But the end of the Islamic State’s hold on Mosul does not mean peace is at hand. Other cities and towns in Iraq remain under the militants’ control, and Iraqis expect an increase in terrorist attacks in urban centers, especially in the capital, Baghdad, as the group reverts to its insurgent roots.
“It’s going to continue to be hard every day,” said Col. Pat Work, the commanding officer of the Second Brigade, 82nd Airborne Division, which is carrying out the American advisory effort here.
“Iraqi security forces need to be on the top of their game, and we need to be over their shoulder helping them as they move through this transition to consolidate gains and really sink their hold in on the west side,” Colonel Work said as he rolled through the streets of western Mosul recently in an armored vehicle. “ISIS will challenge this.”
The victory could have been sweeter as the Iraqis were denied the symbolism of hanging the national flag from the Grand al-Nuri Mosque and its distinctive leaning minaret, which was wiped from the skyline in recent weeks as a final act of barbarity by Islamic State militants who packed it with explosives and brought it down as government troops approached.
It was at that mosque in June 2014 where Abu Bakr al-Baghdadi strode to the top of a pulpit and declared himself the leader of a caliphate straddling the borders of Iraq and Syria, a vast territory where for three years Islamist extremists have governed with a strict form of Islamic law, held women as sex slaves, carried out public beheadings and plotted terrorist attacks against the West.
This past week, as fighting raged nearby, Iraqi soldiers took selfies in front of the stump of the minaret and posed at the spot where Mr. Baghdadi made his speech. Destruction surrounded them, as did the stench of decaying bodies of Islamic State fighters, left to rot in the blazing sun.
The battle for Mosul began in October, after months of planning between Iraqis and American advisers, and some Obama administration officials had hoped it would conclude before they left office, giving a boost to the departing president’s efforts to defeat the Islamic State.

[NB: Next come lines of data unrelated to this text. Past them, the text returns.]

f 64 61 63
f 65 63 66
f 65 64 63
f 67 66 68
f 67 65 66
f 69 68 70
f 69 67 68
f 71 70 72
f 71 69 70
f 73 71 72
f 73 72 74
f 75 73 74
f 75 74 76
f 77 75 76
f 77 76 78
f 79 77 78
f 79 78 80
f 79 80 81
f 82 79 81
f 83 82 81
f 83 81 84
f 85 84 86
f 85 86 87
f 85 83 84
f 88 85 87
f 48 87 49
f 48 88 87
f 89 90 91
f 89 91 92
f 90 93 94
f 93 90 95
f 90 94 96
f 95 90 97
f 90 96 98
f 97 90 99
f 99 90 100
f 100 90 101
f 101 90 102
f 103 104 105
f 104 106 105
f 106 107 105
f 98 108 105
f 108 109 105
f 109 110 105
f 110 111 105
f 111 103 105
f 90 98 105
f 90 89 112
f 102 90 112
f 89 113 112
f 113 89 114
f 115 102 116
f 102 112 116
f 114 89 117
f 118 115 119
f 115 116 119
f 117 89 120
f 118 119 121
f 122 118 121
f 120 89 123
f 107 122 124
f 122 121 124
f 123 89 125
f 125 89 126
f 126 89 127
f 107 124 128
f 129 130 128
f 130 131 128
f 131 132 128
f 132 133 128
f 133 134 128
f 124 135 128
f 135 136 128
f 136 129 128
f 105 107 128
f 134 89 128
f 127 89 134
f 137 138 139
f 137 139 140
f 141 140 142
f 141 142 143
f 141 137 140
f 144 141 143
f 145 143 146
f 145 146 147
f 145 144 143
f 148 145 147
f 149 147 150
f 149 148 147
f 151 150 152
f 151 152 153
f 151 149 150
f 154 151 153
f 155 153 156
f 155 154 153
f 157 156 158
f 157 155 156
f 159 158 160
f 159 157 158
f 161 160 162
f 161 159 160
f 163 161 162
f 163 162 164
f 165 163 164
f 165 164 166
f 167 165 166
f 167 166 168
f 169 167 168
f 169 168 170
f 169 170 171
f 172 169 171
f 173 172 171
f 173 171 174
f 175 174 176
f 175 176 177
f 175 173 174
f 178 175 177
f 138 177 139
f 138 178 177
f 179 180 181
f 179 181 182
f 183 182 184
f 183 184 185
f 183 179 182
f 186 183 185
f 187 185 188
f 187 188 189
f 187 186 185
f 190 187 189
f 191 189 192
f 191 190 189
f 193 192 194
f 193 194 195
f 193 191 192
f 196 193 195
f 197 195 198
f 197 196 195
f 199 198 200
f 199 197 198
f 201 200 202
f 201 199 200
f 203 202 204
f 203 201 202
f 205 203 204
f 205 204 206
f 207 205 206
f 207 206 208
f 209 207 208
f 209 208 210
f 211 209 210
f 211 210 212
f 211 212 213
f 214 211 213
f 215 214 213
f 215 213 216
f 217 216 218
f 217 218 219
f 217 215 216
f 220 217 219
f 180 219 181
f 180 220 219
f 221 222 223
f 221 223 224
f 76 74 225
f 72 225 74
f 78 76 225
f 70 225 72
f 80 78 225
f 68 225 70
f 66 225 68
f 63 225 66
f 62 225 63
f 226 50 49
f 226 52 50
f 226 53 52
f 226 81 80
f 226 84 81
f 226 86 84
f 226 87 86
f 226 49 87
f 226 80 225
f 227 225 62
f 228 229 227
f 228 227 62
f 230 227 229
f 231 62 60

Instead, it lasted until now, and it was far more brutal than many expected. With dense house-to-house fighting and a ceaseless barrage of snipers and suicide bombers, the fight for Mosul was some of the toughest urban warfare since World War II, American commanders have said. Iraqi officers, whose lives have been defined by ceaseless war, said the fighting was among the worst they had seen.
“I have been with the Iraqi Army for 40 years,” said Maj. Gen. Sami al-Aradi, a commander of Iraq’s special forces. “I have participated in all of the battles of Iraq, but I’ve never seen anything like the battle for the old city.” He continued: “We have been fighting for each meter. And when I say we have been fighting for each meter, I mean it literally.”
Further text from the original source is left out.